FIG. 4 is a view as seen from the arrow B in FIG. 3;

[Explanation of symbols]

 1 Processing machine 3 First support cylinder (driving-side annular member) 5 Second support cylinder (driven-side annular member) 7 Work 11 Main shaft 15 Holder 17 Inner flange 19 ‥ Outside flange 21 ‥‥ Ball spline bearing 23 ‥‥ Air cylinder 25 ‥‥ Piston 35 ‥‥ Bellows part (elastic means) 41 ‥‥ Three-jaw chuck 45 ‥‥ First byte 46 ‥‥ Second byte 47 ‥‥ Third Tool 48 ‥‥ 4th tool 51 ‥‥ Work transfer device 53 ‥‥ Hand 55 ‥‥ Air cylinder

Claims (12)

[Claims] 1. A method for cutting an end bearing, comprising: holding an annular work in an axial direction with a predetermined pressing force between a driving-side annular member and a driven-side annular member; and rotating the driving-side annular member. A cutting method of an end bearing, wherein a cutting process is performed by bringing a tool into contact with the work while causing the work and the driven-side annular member to rotate together. 2. The cutting of an end bearing according to claim 1, wherein the driving-side annular member and the driven-side annular member sandwich a portion that becomes an inner peripheral side flange of the end bearing after cutting.

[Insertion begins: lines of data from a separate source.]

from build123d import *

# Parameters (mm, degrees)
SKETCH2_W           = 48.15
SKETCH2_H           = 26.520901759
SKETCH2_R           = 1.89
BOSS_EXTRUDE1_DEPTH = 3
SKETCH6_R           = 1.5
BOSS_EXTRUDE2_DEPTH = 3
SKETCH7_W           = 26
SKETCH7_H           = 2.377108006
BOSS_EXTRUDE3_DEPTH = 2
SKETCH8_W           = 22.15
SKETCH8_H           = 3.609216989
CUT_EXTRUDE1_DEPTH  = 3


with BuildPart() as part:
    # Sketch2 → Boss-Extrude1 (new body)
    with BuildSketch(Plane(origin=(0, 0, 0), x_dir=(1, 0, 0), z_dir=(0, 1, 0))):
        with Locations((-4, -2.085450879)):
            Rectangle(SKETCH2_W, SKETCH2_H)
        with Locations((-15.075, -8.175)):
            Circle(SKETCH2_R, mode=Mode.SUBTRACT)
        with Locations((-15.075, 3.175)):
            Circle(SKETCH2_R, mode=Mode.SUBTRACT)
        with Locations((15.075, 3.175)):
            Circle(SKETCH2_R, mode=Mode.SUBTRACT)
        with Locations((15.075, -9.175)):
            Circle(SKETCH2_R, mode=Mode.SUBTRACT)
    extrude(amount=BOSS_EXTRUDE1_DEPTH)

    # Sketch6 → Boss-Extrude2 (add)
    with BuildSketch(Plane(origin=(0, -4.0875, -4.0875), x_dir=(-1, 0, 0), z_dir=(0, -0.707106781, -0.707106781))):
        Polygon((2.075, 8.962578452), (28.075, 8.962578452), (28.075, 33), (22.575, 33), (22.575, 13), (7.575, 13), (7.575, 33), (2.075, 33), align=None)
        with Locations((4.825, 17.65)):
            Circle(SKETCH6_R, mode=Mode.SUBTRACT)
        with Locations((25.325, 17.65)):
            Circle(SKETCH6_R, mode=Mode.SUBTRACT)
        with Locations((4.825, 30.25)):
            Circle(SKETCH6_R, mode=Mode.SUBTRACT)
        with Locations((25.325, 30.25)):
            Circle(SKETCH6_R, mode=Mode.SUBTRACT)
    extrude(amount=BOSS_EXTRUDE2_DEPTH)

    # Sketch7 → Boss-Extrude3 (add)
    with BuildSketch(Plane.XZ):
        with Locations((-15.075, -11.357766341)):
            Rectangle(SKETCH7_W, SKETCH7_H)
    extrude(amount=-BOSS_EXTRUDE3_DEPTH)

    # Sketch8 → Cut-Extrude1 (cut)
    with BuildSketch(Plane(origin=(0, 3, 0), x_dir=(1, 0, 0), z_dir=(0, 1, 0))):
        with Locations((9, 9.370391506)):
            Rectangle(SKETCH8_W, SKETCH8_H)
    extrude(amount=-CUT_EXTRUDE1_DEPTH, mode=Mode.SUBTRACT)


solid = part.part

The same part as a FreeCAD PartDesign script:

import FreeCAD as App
import Part
import Sketcher
from FreeCAD import Vector
Q = App.Units.Quantity

doc = App.newDocument("Part")
body = doc.addObject("PartDesign::Body", "Body")

# Sketch on XZ plane
sketch1 = body.newObject("Sketcher::SketchObject", "Sketch")
sketch1.AttachmentSupport = (doc.getObject("XZ_Plane"), [""])
sketch1.MapMode = "FlatFace"
sketch1.addGeometry([
    Part.LineSegment(Vector(-28.1, -11.2, 0), Vector(-28.1, 15.3, 0)),  # 0
    Part.LineSegment(Vector(-28.1, 15.3, 0), Vector(20.1, 15.3, 0)),  # 1
    Part.LineSegment(Vector(20.1, 15.3, 0), Vector(20.1, -11.2, 0)),  # 2
    Part.LineSegment(Vector(20.1, -11.2, 0), Vector(-28.1, -11.2, 0)),  # 3
    Part.Circle(Vector(-15.1, 8.2, 0), Vector(0, 0, 1), 1.9),  # 4
    Part.Circle(Vector(15.1, 9.2, 0), Vector(0, 0, 1), 1.9),  # 5
    Part.Circle(Vector(-15.1, -3.2, 0), Vector(0, 0, 1), 1.9),  # 6
    Part.Circle(Vector(15.1, -3.2, 0), Vector(0, 0, 1), 1.9),  # 7
], False)
sketch1.addConstraint([
    Sketcher.Constraint("Coincident", 0, 2, 1, 1),
    Sketcher.Constraint("Coincident", 1, 2, 2, 1),
    Sketcher.Constraint("Coincident", 2, 2, 3, 1),
    Sketcher.Constraint("Coincident", 3, 2, 0, 1),
    Sketcher.Constraint("Vertical", 0),
    Sketcher.Constraint("Horizontal", 1),
    Sketcher.Constraint("Vertical", 2),
    Sketcher.Constraint("Horizontal", 3),
    Sketcher.Constraint("Equal", 4, 5),
    Sketcher.Constraint("Equal", 5, 6),
    Sketcher.Constraint("Equal", 6, 7),
    Sketcher.Constraint("Symmetric", 6, 3, 7, 3, -2),
    Sketcher.Constraint("Vertical", 4, 3, 6, 3),
    Sketcher.Constraint("Vertical", 5, 3, 7, 3),
    Sketcher.Constraint("Diameter", 4, Q("3.78 mm")),
    Sketcher.Constraint("DistanceY", 4, 3, 5, 3, Q("1 mm")),
    Sketcher.Constraint("DistanceX", 0, 2, 4, 3, Q("13 mm")),
    Sketcher.Constraint("DistanceX", 5, 3, 1, 2, Q("5 mm")),
    Sketcher.Constraint("DistanceY", 2, 2, 7, 3, Q("8 mm")),
    Sketcher.Constraint("DistanceX", 1, 1, 1, 2, Q("48.15 mm")),
    Sketcher.Constraint("DistanceY", 6, 3, 4, 3, Q("11.35 mm")),
    Sketcher.Constraint("DistanceY", 0, 1, 0, 2, Q("26.520902 mm")),
    Sketcher.Constraint("DistanceY", -1, 1, 4, 3, Q("8.175 mm")),
])
pad1 = body.newObject("PartDesign::Pad", "Pad")
pad1.Profile = sketch1
pad1.Length = 3
pad1.Reversed = True

# Sketch on an angled plane
sketch2 = body.newObject("Sketcher::SketchObject", "Sketch001")
sketch2.Placement = App.Placement(Vector(0, -4.0875, -4.0875), App.Rotation(Vector(-1, 0, 0), Vector(0, 0.707106781, -0.707106781), Vector(0, -0.707106781, -0.707106781), "ZXY"))
sketch2.addGeometry([
    Part.LineSegment(Vector(2.1, 9, 0), Vector(28.1, 9, 0)),  # 0
    Part.LineSegment(Vector(28.1, 9, 0), Vector(28.1, 33, 0)),  # 1
    Part.LineSegment(Vector(28.1, 33, 0), Vector(22.6, 33, 0)),  # 2
    Part.LineSegment(Vector(22.6, 33, 0), Vector(22.6, 13, 0)),  # 3
    Part.LineSegment(Vector(22.6, 13, 0), Vector(7.6, 13, 0)),  # 4
    Part.LineSegment(Vector(7.6, 13, 0), Vector(7.6, 33, 0)),  # 5
    Part.LineSegment(Vector(7.6, 33, 0), Vector(2.1, 33, 0)),  # 6
    Part.LineSegment(Vector(2.1, 33, 0), Vector(2.1, 9, 0)),  # 7
    Part.Circle(Vector(4.8, 17.6, 0), Vector(0, 0, 1), 1.5),  # 8
    Part.Circle(Vector(25.3, 17.6, 0), Vector(0, 0, 1), 1.5),  # 9
    Part.Circle(Vector(4.8, 30.2, 0), Vector(0, 0, 1), 1.5),  # 10
    Part.Circle(Vector(25.3, 30.2, 0), Vector(0, 0, 1), 1.5),  # 11
], False)
sketch2.addConstraint([
    Sketcher.Constraint("Coincident", 0, 2, 1, 1),
    Sketcher.Constraint("Coincident", 1, 2, 2, 1),
    Sketcher.Constraint("Coincident", 2, 2, 3, 1),
    Sketcher.Constraint("Coincident", 3, 2, 4, 1),
    Sketcher.Constraint("Coincident", 4, 2, 5, 1),
    Sketcher.Constraint("Coincident", 5, 2, 6, 1),
    Sketcher.Constraint("Coincident", 6, 2, 7, 1),
    Sketcher.Constraint("Coincident", 7, 2, 0, 1),
    Sketcher.Constraint("Horizontal", 0),
    Sketcher.Constraint("Vertical", 1),
    Sketcher.Constraint("Horizontal", 2),
    Sketcher.Constraint("Vertical", 3),
    Sketcher.Constraint("Horizontal", 4),
    Sketcher.Constraint("Vertical", 5),
    Sketcher.Constraint("Horizontal", 6),
    Sketcher.Constraint("Vertical", 7),
    Sketcher.Constraint("Equal", 8, 9),
    Sketcher.Constraint("Equal", 9, 10),
    Sketcher.Constraint("Equal", 10, 11),
    Sketcher.Constraint("Horizontal", 8, 3, 9, 3),
    Sketcher.Constraint("Horizontal", 10, 3, 11, 3),
    Sketcher.Constraint("Horizontal", 2, 2, 5, 2),
    Sketcher.Constraint("Vertical", 8, 3, 10, 3),
    Sketcher.Constraint("Vertical", 9, 3, 11, 3),
    Sketcher.Constraint("Equal", 2, 6),
    Sketcher.Constraint("Diameter", 8, Q("3 mm")),
    Sketcher.Constraint("DistanceX", 0, 1, 0, 2, Q("26 mm")),
    Sketcher.Constraint("DistanceX", 4, 2, 4, 1, Q("15 mm")),
    Sketcher.Constraint("DistanceY", 3, 2, 3, 1, Q("20 mm")),
    Sketcher.Constraint("DistanceY", -1, 1, 1, 2, Q("33 mm")),
    Sketcher.Constraint("DistanceX", 8, 3, 9, 3, Q("20.5 mm")),
    Sketcher.Constraint("DistanceY", 8, 3, 10, 3, Q("12.6 mm")),
    Sketcher.Constraint("DistanceY", -1, 1, 8, 3, Q("17.65 mm")),
    Sketcher.Constraint("DistanceX", 9, 3, 0, 2, Q("2.75 mm")),
    Sketcher.Constraint("DistanceX", -1, 1, 8, 3, Q("4.825 mm")),
    Sketcher.Constraint("DistanceY", 1, 1, 1, 2, Q("24.037422 mm")),
])
pad2 = body.newObject("PartDesign::Pad", "Pad001")
pad2.Profile = sketch2
pad2.Length = 3

# Sketch on XZ plane
sketch3 = body.newObject("Sketcher::SketchObject", "Sketch002")
sketch3.AttachmentSupport = (doc.getObject("XZ_Plane"), [""])
sketch3.MapMode = "FlatFace"
sketch3.addGeometry([
    Part.LineSegment(Vector(-28.1, -10.2, 0), Vector(-28.1, -12.5, 0)),
    Part.LineSegment(Vector(-28.1, -12.5, 0), Vector(-2.1, -12.5, 0)),
    Part.LineSegment(Vector(-2.1, -12.5, 0), Vector(-2.1, -10.2, 0)),
    Part.LineSegment(Vector(-2.1, -10.2, 0), Vector(-28.1, -10.2, 0)),
], False)
sketch3.addConstraint([
    Sketcher.Constraint("Coincident", 0, 2, 1, 1),
    Sketcher.Constraint("Coincident", 1, 2, 2, 1),
    Sketcher.Constraint("Coincident", 2, 2, 3, 1),
    Sketcher.Constraint("Coincident", 3, 2, 0, 1),
    Sketcher.Constraint("Vertical", 0),
    Sketcher.Constraint("Horizontal", 1),
    Sketcher.Constraint("Vertical", 2),
    Sketcher.Constraint("Horizontal", 3),
    Sketcher.Constraint("DistanceX", 1, 1, 1, 2, Q("26 mm")),
    Sketcher.Constraint("DistanceX", 0, 2, -1, 1, Q("28.075 mm")),
    Sketcher.Constraint("DistanceY", 0, 2, 0, 1, Q("2.377108 mm")),
    Sketcher.Constraint("DistanceY", 0, 2, -1, 1, Q("12.54632 mm")),
])
pad3 = body.newObject("PartDesign::Pad", "Pad002")
pad3.Profile = sketch3
pad3.Length = 2
pad3.Reversed = True

# Sketch on XZ plane
sketch4 = body.newObject("Sketcher::SketchObject", "Sketch003")
sketch4.AttachmentSupport = (doc.getObject("XZ_Plane"), [""])
sketch4.MapMode = "FlatFace"
sketch4.AttachmentOffset = App.Placement(Vector(0, 0, -3), App.Rotation())
sketch4.addGeometry([
    Part.LineSegment(Vector(-2.1, -11.2, 0), Vector(-2.1, -7.6, 0)),
    Part.LineSegment(Vector(-2.1, -7.6, 0), Vector(20.1, -7.6, 0)),
    Part.LineSegment(Vector(20.1, -7.6, 0), Vector(20.1, -11.2, 0)),
    Part.LineSegment(Vector(20.1, -11.2, 0), Vector(-2.1, -11.2, 0)),
], False)
sketch4.addConstraint([
    Sketcher.Constraint("Coincident", 0, 2, 1, 1),
    Sketcher.Constraint("Coincident", 1, 2, 2, 1),
    Sketcher.Constraint("Coincident", 2, 2, 3, 1),
    Sketcher.Constraint("Coincident", 3, 2, 0, 1),
    Sketcher.Constraint("Vertical", 0),
    Sketcher.Constraint("Horizontal", 1),
    Sketcher.Constraint("Vertical", 2),
    Sketcher.Constraint("Horizontal", 3),
    Sketcher.Constraint("DistanceX", 1, 1, 1, 2, Q("22.15 mm")),
    Sketcher.Constraint("DistanceX", 0, 2, -1, 1, Q("2.075 mm")),
    Sketcher.Constraint("DistanceY", 2, 2, -1, 1, Q("11.175 mm")),
    Sketcher.Constraint("DistanceY", 0, 1, 0, 2, Q("3.609217 mm")),
])
pocket1 = body.newObject("PartDesign::Pocket", "Pocket")
pocket1.Profile = sketch4
pocket1.Length = 3
pocket1.Reversed = True

doc.recompute()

Processing method. 3. The work is held by holding means having a holding portion facing the inner peripheral surface of the work with a predetermined gap therebetween, and is then sandwiched between the driving-side annular member and the driven-side annular member. 3. The method for cutting an end bearing according to claim 1, wherein 4. The holding means is a chuck having three or more holding claws that open and close in a radial direction.
The method for cutting an end bearing according to claim 3. 5. The method according to claim 1, wherein the driving-side annular member and the driven-side annular member move relative to each other via a ball spline bearing. 6. An end bearing according to claim 1, wherein at least one of said driving-side annular member and said driven-side annular member is provided with elastic means acting in the axial direction. Cutting method. 7. An apparatus for cutting an end bearing, comprising: a drive-side annular member connected to a rotary drive source; a driven-side annular member for holding an annular work with the drive-side annular member; A pressing means for moving the driven-side annular member and the driving-side annular member toward and away from each other in the axial direction; and a cutting means for cutting the workpiece which is rotated while being held between the driving-side annular member and the driven-side annular member. An end bearing cutting device comprising at least one tool to be cut. 8. The cutting of an end bearing according to claim 7, wherein the driving-side annular member and the driven-side annular member sandwich a portion that becomes an inner peripheral side flange of the end bearing after cutting. Processing equipment. 9. A holding means for holding the work by a holding portion opposed to an inner peripheral surface thereof with a predetermined gap at a position sandwiched between the driving-side annular member and the driven-side annular member. The end bearing cutting device according to claim 7 or 8, wherein: 10. An end bearing cutting apparatus according to claim 9, wherein said holding means is a chuck having three or more holding claws which open and close in a radial direction. 11. An end bearing cutting device according to claim 7, further comprising a ball spline bearing for supporting said driving side annular member and said driven side annular member so as to be relatively movable. 12. An apparatus according to claim 7, wherein at least one of said driving-side annular member and said driven-side annular member is provided with an elastic means acting in an axial direction.
An end bearing cutting device according to the above.